Task statement: Word for word, reproduce every record in the listing below.

Task inputs:
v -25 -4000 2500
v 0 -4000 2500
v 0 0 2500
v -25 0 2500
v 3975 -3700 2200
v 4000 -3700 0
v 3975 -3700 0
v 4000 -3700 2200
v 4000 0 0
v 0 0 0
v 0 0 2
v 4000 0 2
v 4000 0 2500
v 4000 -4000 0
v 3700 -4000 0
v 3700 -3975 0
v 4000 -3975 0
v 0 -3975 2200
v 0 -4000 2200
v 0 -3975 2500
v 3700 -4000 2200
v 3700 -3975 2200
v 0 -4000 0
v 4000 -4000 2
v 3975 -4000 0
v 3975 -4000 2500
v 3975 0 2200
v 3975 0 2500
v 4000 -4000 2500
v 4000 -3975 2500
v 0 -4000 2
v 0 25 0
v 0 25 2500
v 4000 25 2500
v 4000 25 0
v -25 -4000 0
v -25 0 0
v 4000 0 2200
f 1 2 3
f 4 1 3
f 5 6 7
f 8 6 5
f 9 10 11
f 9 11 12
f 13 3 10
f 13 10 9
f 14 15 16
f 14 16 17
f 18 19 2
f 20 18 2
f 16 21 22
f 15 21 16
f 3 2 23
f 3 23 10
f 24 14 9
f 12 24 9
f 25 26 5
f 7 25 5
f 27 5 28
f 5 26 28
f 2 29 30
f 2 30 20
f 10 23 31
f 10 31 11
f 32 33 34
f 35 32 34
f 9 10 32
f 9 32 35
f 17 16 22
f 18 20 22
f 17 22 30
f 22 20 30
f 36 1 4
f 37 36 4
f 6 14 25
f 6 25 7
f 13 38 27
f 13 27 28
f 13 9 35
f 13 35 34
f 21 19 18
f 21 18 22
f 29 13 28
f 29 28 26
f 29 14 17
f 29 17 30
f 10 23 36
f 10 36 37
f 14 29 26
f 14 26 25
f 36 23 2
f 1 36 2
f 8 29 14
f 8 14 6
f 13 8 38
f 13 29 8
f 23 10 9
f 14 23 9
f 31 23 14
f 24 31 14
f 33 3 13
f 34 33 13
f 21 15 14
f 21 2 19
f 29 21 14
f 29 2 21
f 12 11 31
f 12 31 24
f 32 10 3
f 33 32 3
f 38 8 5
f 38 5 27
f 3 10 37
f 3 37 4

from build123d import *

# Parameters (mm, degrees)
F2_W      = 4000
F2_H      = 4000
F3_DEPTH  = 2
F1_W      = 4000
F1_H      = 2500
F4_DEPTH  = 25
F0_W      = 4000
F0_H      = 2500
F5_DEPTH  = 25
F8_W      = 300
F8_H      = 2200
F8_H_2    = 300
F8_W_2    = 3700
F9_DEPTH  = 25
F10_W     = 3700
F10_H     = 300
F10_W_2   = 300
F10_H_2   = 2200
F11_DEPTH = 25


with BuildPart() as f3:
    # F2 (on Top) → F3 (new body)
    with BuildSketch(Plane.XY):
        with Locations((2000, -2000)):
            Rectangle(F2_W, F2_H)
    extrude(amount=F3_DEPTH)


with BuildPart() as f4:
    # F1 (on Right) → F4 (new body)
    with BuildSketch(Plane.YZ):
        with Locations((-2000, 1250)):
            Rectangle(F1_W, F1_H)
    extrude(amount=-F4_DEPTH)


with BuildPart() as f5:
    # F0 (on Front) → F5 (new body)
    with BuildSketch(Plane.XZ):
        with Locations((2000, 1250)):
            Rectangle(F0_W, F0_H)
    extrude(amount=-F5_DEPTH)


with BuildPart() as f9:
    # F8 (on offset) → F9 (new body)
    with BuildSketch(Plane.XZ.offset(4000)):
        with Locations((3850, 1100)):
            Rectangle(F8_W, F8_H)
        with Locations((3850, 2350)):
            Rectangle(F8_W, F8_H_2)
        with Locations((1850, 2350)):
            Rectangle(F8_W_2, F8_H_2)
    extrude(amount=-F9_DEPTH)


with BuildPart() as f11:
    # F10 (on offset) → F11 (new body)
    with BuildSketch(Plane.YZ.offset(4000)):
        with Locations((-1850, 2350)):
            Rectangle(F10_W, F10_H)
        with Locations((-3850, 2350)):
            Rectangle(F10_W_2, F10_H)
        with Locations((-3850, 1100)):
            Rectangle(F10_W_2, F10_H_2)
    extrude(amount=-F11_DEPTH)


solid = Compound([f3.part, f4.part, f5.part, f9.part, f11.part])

Result of the task:
v -25 -4000 2500
v 0 -4000 2500
v 0 0 2500
v -25 0 2500
v 3975 -3700 2200
v 4000 -3700 0
v 3975 -3700 0
v 4000 -3700 2200
v 4000 0 0
v 0 0 0
v 0 0 2
v 4000 0 2
v 4000 0 2500
v 4000 -4000 0
v 3700 -4000 0
v 3700 -3975 0
v 4000 -3975 0
v 0 -3975 2200
v 0 -4000 2200
v 0 -3975 2500
v 3700 -4000 2200
v 3700 -3975 2200
v 0 -4000 0
v 4000 -4000 2
v 3975 -4000 0
v 3975 -4000 2500
v 3975 0 2200
v 3975 0 2500
v 4000 -4000 2500
v 4000 -3975 2500
v 0 -4000 2
v 0 25 0
v 0 25 2500
v 4000 25 2500
v 4000 25 0
v -25 -4000 0
v -25 0 0
v 4000 0 2200
f 1 2 3
f 4 1 3
f 5 6 7
f 8 6 5
f 9 10 11
f 9 11 12
f 13 3 10
f 13 10 9
f 14 15 16
f 14 16 17
f 18 19 2
f 20 18 2
f 16 21 22
f 15 21 16
f 3 2 23
f 3 23 10
f 24 14 9
f 12 24 9
f 25 26 5
f 7 25 5
f 27 5 28
f 5 26 28
f 2 29 30
f 2 30 20
f 10 23 31
f 10 31 11
f 32 33 34
f 35 32 34
f 9 10 32
f 9 32 35
f 17 16 22
f 18 20 22
f 17 22 30
f 22 20 30
f 36 1 4
f 37 36 4
f 6 14 25
f 6 25 7
f 13 38 27
f 13 27 28
f 13 9 35
f 13 35 34
f 21 19 18
f 21 18 22
f 29 13 28
f 29 28 26
f 29 14 17
f 29 17 30
f 10 23 36
f 10 36 37
f 14 29 26
f 14 26 25
f 36 23 2
f 1 36 2
f 8 29 14
f 8 14 6
f 13 8 38
f 13 29 8
f 23 10 9
f 14 23 9
f 31 23 14
f 24 31 14
f 33 3 13
f 34 33 13
f 21 15 14
f 21 2 19
f 29 21 14
f 29 2 21
f 12 11 31
f 12 31 24
f 32 10 3
f 33 32 3
f 38 8 5
f 38 5 27
f 3 10 37
f 3 37 4

from build123d import *

# Parameters (mm, degrees)
F2_W      = 4000
F2_H      = 4000
F3_DEPTH  = 2
F1_W      = 4000
F1_H      = 2500
F4_DEPTH  = 25
F0_W      = 4000
F0_H      = 2500
F5_DEPTH  = 25
F8_W      = 300
F8_H      = 2200
F8_H_2    = 300
F8_W_2    = 3700
F9_DEPTH  = 25
F10_W     = 3700
F10_H     = 300
F10_W_2   = 300
F10_H_2   = 2200
F11_DEPTH = 25


with BuildPart() as f3:
    # F2 (on Top) → F3 (new body)
    with BuildSketch(Plane.XY):
        with Locations((2000, -2000)):
            Rectangle(F2_W, F2_H)
    extrude(amount=F3_DEPTH)


with BuildPart() as f4:
    # F1 (on Right) → F4 (new body)
    with BuildSketch(Plane.YZ):
        with Locations((-2000, 1250)):
            Rectangle(F1_W, F1_H)
    extrude(amount=-F4_DEPTH)


with BuildPart() as f5:
    # F0 (on Front) → F5 (new body)
    with BuildSketch(Plane.XZ):
        with Locations((2000, 1250)):
            Rectangle(F0_W, F0_H)
    extrude(amount=-F5_DEPTH)


with BuildPart() as f9:
    # F8 (on offset) → F9 (new body)
    with BuildSketch(Plane.XZ.offset(4000)):
        with Locations((3850, 1100)):
            Rectangle(F8_W, F8_H)
        with Locations((3850, 2350)):
            Rectangle(F8_W, F8_H_2)
        with Locations((1850, 2350)):
            Rectangle(F8_W_2, F8_H_2)
    extrude(amount=-F9_DEPTH)


with BuildPart() as f11:
    # F10 (on offset) → F11 (new body)
    with BuildSketch(Plane.YZ.offset(4000)):
        with Locations((-1850, 2350)):
            Rectangle(F10_W, F10_H)
        with Locations((-3850, 2350)):
            Rectangle(F10_W_2, F10_H)
        with Locations((-3850, 1100)):
            Rectangle(F10_W_2, F10_H_2)
    extrude(amount=-F11_DEPTH)


solid = Compound([f3.part, f4.part, f5.part, f9.part, f11.part])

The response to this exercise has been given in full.